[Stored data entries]
------------------------------------------------------------

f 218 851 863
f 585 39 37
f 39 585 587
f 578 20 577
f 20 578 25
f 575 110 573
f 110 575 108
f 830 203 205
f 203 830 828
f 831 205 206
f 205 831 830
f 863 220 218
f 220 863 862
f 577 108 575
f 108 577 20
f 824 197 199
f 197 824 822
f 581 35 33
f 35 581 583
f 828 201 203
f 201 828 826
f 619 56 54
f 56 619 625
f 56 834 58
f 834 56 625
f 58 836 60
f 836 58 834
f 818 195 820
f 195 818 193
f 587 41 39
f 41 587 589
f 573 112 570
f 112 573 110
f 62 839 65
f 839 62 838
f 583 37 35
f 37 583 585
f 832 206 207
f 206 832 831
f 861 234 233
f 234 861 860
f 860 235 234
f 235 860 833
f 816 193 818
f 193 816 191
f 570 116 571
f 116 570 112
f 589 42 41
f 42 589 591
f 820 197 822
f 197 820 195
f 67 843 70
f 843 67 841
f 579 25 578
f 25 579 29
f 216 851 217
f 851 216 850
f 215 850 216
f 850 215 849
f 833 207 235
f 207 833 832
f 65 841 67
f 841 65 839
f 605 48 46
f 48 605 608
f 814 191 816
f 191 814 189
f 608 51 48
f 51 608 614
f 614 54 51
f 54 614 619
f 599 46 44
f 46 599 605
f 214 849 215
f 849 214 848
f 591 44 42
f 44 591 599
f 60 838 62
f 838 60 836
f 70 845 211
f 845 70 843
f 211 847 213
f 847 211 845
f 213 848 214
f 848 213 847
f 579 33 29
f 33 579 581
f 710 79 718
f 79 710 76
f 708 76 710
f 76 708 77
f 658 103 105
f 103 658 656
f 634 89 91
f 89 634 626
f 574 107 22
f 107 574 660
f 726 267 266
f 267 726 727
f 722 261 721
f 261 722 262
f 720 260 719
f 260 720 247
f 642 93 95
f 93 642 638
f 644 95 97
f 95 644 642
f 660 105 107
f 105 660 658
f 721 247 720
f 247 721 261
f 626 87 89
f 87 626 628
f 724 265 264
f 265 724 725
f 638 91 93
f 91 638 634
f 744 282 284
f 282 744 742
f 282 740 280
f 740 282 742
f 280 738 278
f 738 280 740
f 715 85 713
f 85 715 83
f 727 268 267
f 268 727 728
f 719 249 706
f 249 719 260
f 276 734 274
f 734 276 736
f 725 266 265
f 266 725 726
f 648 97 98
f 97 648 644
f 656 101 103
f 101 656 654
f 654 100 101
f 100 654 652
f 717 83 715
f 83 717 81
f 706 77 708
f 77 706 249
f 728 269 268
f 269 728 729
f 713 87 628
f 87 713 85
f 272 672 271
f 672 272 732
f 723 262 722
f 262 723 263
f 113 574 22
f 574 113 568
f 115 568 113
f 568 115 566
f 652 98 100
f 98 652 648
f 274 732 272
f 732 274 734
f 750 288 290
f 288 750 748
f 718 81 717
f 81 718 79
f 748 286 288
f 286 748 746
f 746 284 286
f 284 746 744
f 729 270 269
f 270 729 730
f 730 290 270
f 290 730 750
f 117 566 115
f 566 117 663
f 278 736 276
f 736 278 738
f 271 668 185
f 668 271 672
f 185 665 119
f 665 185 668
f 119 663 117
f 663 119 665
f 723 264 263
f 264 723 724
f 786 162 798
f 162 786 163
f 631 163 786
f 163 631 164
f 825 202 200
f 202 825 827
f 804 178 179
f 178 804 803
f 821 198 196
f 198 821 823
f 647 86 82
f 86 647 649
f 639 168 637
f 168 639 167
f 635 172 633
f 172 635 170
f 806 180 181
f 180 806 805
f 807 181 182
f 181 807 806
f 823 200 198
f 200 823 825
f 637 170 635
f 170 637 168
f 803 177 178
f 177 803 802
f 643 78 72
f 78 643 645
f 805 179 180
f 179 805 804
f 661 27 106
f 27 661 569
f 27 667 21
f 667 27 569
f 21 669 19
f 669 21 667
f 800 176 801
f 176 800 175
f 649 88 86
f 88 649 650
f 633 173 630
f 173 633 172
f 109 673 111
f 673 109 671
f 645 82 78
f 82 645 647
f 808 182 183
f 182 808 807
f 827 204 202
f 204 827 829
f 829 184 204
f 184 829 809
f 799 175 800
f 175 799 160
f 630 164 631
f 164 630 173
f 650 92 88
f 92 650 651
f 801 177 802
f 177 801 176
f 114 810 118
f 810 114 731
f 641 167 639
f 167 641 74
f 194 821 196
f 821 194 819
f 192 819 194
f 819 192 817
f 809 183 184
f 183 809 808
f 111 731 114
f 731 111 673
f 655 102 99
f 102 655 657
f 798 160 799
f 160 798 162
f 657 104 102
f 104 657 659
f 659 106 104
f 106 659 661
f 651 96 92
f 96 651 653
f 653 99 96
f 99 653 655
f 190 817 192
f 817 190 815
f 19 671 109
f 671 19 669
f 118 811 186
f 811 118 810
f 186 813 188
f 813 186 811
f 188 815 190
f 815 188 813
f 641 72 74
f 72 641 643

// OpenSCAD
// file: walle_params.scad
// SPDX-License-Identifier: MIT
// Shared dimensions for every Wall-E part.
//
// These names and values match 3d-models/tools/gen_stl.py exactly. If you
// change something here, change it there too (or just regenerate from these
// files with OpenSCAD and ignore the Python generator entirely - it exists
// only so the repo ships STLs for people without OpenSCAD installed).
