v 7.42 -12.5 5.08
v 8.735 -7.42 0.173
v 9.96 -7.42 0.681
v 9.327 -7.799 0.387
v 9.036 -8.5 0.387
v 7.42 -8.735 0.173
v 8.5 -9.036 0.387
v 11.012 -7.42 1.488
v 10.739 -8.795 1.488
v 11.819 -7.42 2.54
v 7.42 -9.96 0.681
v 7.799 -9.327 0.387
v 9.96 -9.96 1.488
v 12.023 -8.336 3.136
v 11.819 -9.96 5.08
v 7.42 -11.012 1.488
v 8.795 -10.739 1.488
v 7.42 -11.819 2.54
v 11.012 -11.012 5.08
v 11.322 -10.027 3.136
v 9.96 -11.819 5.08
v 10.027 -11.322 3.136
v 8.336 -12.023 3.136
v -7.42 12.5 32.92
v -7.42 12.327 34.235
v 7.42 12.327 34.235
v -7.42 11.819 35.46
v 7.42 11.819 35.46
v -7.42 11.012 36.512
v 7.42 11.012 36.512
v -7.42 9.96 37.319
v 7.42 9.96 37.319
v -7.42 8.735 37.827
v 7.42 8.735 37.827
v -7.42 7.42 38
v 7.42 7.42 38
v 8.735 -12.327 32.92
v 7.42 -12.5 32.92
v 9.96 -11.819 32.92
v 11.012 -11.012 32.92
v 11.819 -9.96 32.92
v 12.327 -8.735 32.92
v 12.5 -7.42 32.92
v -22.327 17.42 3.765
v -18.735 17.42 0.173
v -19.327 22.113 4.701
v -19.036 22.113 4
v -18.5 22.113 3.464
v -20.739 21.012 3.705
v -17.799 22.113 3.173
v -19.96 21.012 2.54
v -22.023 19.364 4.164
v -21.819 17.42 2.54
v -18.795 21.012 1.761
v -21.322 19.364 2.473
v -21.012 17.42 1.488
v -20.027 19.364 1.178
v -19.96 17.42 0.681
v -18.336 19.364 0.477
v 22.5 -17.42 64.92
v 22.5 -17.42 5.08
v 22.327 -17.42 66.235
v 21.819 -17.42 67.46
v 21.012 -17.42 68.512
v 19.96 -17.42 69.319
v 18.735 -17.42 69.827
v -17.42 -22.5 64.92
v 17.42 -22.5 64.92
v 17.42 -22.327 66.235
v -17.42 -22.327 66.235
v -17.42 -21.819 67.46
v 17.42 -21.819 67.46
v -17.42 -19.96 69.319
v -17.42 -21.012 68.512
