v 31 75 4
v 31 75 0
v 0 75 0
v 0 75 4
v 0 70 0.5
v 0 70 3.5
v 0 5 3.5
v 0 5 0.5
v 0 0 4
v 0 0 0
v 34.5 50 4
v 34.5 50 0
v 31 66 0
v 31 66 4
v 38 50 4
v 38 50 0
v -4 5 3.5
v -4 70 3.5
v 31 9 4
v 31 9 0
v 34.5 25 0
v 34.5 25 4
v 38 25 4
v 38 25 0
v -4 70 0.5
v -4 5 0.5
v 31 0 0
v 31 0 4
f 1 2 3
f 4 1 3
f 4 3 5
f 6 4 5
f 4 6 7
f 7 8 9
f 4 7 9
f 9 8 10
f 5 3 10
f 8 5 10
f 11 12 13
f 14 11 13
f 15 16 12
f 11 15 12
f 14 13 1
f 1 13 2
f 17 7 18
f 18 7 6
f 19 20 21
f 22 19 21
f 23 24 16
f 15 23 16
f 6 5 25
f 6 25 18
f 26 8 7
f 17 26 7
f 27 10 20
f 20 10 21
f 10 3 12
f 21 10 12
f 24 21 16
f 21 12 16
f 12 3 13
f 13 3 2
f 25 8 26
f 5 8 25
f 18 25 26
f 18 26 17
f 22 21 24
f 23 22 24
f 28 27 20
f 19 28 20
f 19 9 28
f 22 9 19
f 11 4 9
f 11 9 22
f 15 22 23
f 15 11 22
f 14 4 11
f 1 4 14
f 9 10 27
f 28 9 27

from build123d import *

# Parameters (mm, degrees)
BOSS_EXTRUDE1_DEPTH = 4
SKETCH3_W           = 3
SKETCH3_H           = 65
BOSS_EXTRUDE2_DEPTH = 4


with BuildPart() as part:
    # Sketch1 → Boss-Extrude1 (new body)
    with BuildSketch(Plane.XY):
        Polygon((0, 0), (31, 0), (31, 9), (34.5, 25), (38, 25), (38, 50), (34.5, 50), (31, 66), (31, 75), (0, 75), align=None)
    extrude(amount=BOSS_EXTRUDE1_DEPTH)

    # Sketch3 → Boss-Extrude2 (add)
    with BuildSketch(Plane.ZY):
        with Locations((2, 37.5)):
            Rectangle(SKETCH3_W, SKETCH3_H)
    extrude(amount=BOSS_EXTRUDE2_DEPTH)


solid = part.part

------------------------------------------------------------

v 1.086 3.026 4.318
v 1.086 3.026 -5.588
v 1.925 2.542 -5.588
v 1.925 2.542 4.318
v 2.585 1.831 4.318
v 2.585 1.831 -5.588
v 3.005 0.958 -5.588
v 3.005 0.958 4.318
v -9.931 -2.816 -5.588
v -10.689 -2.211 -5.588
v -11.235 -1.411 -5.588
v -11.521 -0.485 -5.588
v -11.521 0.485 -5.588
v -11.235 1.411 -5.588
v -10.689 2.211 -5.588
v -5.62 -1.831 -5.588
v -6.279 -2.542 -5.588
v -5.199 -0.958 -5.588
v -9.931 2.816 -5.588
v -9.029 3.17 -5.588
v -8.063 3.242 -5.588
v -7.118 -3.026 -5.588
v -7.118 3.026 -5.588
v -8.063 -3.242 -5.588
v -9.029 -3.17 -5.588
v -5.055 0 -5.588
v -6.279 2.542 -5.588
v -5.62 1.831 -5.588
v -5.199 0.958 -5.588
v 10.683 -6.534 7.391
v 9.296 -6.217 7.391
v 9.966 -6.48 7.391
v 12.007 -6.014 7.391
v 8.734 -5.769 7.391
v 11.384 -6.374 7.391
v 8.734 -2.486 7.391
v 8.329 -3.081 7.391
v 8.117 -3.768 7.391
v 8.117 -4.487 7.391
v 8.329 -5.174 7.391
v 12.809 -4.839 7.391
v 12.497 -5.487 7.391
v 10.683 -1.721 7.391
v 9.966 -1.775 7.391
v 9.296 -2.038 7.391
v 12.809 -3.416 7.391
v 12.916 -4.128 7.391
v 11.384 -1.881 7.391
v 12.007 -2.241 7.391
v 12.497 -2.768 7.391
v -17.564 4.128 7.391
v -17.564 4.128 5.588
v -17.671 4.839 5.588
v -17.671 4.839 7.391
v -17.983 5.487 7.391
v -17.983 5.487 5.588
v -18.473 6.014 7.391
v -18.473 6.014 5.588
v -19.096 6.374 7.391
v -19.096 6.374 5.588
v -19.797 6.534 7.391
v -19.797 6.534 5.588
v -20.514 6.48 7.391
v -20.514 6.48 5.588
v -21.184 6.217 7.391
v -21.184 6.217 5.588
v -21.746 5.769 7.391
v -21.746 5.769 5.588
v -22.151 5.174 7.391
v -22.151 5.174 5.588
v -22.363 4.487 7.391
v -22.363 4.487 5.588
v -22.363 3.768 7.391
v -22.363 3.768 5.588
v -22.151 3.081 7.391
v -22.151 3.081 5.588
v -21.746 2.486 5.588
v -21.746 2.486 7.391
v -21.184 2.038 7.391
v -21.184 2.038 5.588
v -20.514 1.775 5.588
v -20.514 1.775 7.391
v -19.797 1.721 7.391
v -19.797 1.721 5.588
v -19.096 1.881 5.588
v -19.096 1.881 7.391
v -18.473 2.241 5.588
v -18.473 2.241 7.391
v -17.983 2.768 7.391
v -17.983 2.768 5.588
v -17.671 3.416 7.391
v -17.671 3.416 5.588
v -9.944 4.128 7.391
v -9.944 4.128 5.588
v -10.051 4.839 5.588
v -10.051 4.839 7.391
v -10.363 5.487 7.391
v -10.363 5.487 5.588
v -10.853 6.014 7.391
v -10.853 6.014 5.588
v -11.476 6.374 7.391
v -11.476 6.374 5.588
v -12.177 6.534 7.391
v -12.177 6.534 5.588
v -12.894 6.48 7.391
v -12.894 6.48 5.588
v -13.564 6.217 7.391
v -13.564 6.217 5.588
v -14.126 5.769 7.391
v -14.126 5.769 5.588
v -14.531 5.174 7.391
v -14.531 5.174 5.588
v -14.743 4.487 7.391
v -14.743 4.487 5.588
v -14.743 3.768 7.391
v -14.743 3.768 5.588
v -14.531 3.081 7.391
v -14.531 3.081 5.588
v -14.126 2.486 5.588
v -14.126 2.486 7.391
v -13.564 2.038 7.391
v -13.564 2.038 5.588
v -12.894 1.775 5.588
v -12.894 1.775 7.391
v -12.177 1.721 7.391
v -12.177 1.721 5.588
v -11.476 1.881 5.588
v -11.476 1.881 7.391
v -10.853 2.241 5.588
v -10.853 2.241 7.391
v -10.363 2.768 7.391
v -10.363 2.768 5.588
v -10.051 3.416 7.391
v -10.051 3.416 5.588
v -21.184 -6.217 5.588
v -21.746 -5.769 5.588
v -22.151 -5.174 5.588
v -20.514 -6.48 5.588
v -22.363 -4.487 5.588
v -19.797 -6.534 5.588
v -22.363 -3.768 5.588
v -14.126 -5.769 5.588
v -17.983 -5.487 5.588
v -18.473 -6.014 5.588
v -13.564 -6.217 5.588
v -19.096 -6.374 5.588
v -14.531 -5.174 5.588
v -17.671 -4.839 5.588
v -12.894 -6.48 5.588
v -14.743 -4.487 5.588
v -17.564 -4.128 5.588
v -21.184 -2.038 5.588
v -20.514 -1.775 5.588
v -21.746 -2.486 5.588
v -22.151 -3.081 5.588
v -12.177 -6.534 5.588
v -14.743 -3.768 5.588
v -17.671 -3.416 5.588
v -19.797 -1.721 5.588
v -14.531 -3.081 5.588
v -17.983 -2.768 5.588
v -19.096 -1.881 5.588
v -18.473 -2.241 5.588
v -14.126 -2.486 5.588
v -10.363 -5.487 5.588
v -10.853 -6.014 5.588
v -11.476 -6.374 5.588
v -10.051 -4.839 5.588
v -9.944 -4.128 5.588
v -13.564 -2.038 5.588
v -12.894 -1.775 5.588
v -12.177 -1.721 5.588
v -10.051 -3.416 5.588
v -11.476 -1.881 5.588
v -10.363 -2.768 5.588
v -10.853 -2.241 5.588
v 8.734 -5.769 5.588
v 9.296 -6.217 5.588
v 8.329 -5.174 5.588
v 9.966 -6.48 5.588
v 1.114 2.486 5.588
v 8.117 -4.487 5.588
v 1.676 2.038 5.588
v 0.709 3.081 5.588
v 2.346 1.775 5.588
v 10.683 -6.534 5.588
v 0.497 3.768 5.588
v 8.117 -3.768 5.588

------------------------------------------------------------

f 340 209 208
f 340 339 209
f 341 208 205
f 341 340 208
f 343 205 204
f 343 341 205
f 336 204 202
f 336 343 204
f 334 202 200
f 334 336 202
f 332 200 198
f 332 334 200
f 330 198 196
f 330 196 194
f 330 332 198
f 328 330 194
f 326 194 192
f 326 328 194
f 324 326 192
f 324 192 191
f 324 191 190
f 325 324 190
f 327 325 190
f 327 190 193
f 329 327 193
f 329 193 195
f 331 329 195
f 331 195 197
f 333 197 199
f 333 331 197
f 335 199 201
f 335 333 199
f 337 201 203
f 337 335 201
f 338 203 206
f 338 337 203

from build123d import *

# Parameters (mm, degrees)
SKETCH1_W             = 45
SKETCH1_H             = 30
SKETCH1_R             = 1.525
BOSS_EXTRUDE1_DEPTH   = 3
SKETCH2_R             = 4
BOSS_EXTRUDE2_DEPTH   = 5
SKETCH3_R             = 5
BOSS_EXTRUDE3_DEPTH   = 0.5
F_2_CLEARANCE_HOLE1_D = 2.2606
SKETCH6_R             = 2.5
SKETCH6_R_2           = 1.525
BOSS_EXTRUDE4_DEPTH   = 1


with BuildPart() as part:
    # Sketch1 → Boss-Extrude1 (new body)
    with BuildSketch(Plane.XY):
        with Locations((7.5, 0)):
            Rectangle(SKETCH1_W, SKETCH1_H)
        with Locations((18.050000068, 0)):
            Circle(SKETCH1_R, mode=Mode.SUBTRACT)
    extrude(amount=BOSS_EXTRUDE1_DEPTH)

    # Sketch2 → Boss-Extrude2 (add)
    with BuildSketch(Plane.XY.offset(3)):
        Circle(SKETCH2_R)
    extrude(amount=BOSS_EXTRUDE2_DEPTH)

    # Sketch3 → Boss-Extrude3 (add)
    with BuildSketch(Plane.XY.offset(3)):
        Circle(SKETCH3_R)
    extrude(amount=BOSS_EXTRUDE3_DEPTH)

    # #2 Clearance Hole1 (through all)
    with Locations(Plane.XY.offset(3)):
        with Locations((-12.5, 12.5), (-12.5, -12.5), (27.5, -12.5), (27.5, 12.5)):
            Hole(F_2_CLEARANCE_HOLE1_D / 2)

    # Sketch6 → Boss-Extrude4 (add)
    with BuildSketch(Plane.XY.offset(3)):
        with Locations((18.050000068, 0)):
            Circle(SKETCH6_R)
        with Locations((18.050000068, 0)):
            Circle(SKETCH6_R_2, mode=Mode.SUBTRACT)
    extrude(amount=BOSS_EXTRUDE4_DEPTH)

------------------------------------------------------------

Problem requirements - From the entries above, extract only the lines running from the one containing "f 163 631 164" through the one containing "f 188 815 190", inclusive.

Your response -
f 163 631 164
f 825 202 200
f 202 825 827
f 804 178 179
f 178 804 803
f 821 198 196
f 198 821 823
f 647 86 82
f 86 647 649
f 639 168 637
f 168 639 167
f 635 172 633
f 172 635 170
f 806 180 181
f 180 806 805
f 807 181 182
f 181 807 806
f 823 200 198
f 200 823 825
f 637 170 635
f 170 637 168
f 803 177 178
f 177 803 802
f 643 78 72
f 78 643 645
f 805 179 180
f 179 805 804
f 661 27 106
f 27 661 569
f 27 667 21
f 667 27 569
f 21 669 19
f 669 21 667
f 800 176 801
f 176 800 175
f 649 88 86
f 88 649 650
f 633 173 630
f 173 633 172
f 109 673 111
f 673 109 671
f 645 82 78
f 82 645 647
f 808 182 183
f 182 808 807
f 827 204 202
f 204 827 829
f 829 184 204
f 184 829 809
f 799 175 800
f 175 799 160
f 630 164 631
f 164 630 173
f 650 92 88
f 92 650 651
f 801 177 802
f 177 801 176
f 114 810 118
f 810 114 731
f 641 167 639
f 167 641 74
f 194 821 196
f 821 194 819
f 192 819 194
f 819 192 817
f 809 183 184
f 183 809 808
f 111 731 114
f 731 111 673
f 655 102 99
f 102 655 657
f 798 160 799
f 160 798 162
f 657 104 102
f 104 657 659
f 659 106 104
f 106 659 661
f 651 96 92
f 96 651 653
f 653 99 96
f 99 653 655
f 190 817 192
f 817 190 815
f 19 671 109
f 671 19 669
f 118 811 186
f 811 118 810
f 186 813 188
f 813 186 811
f 188 815 190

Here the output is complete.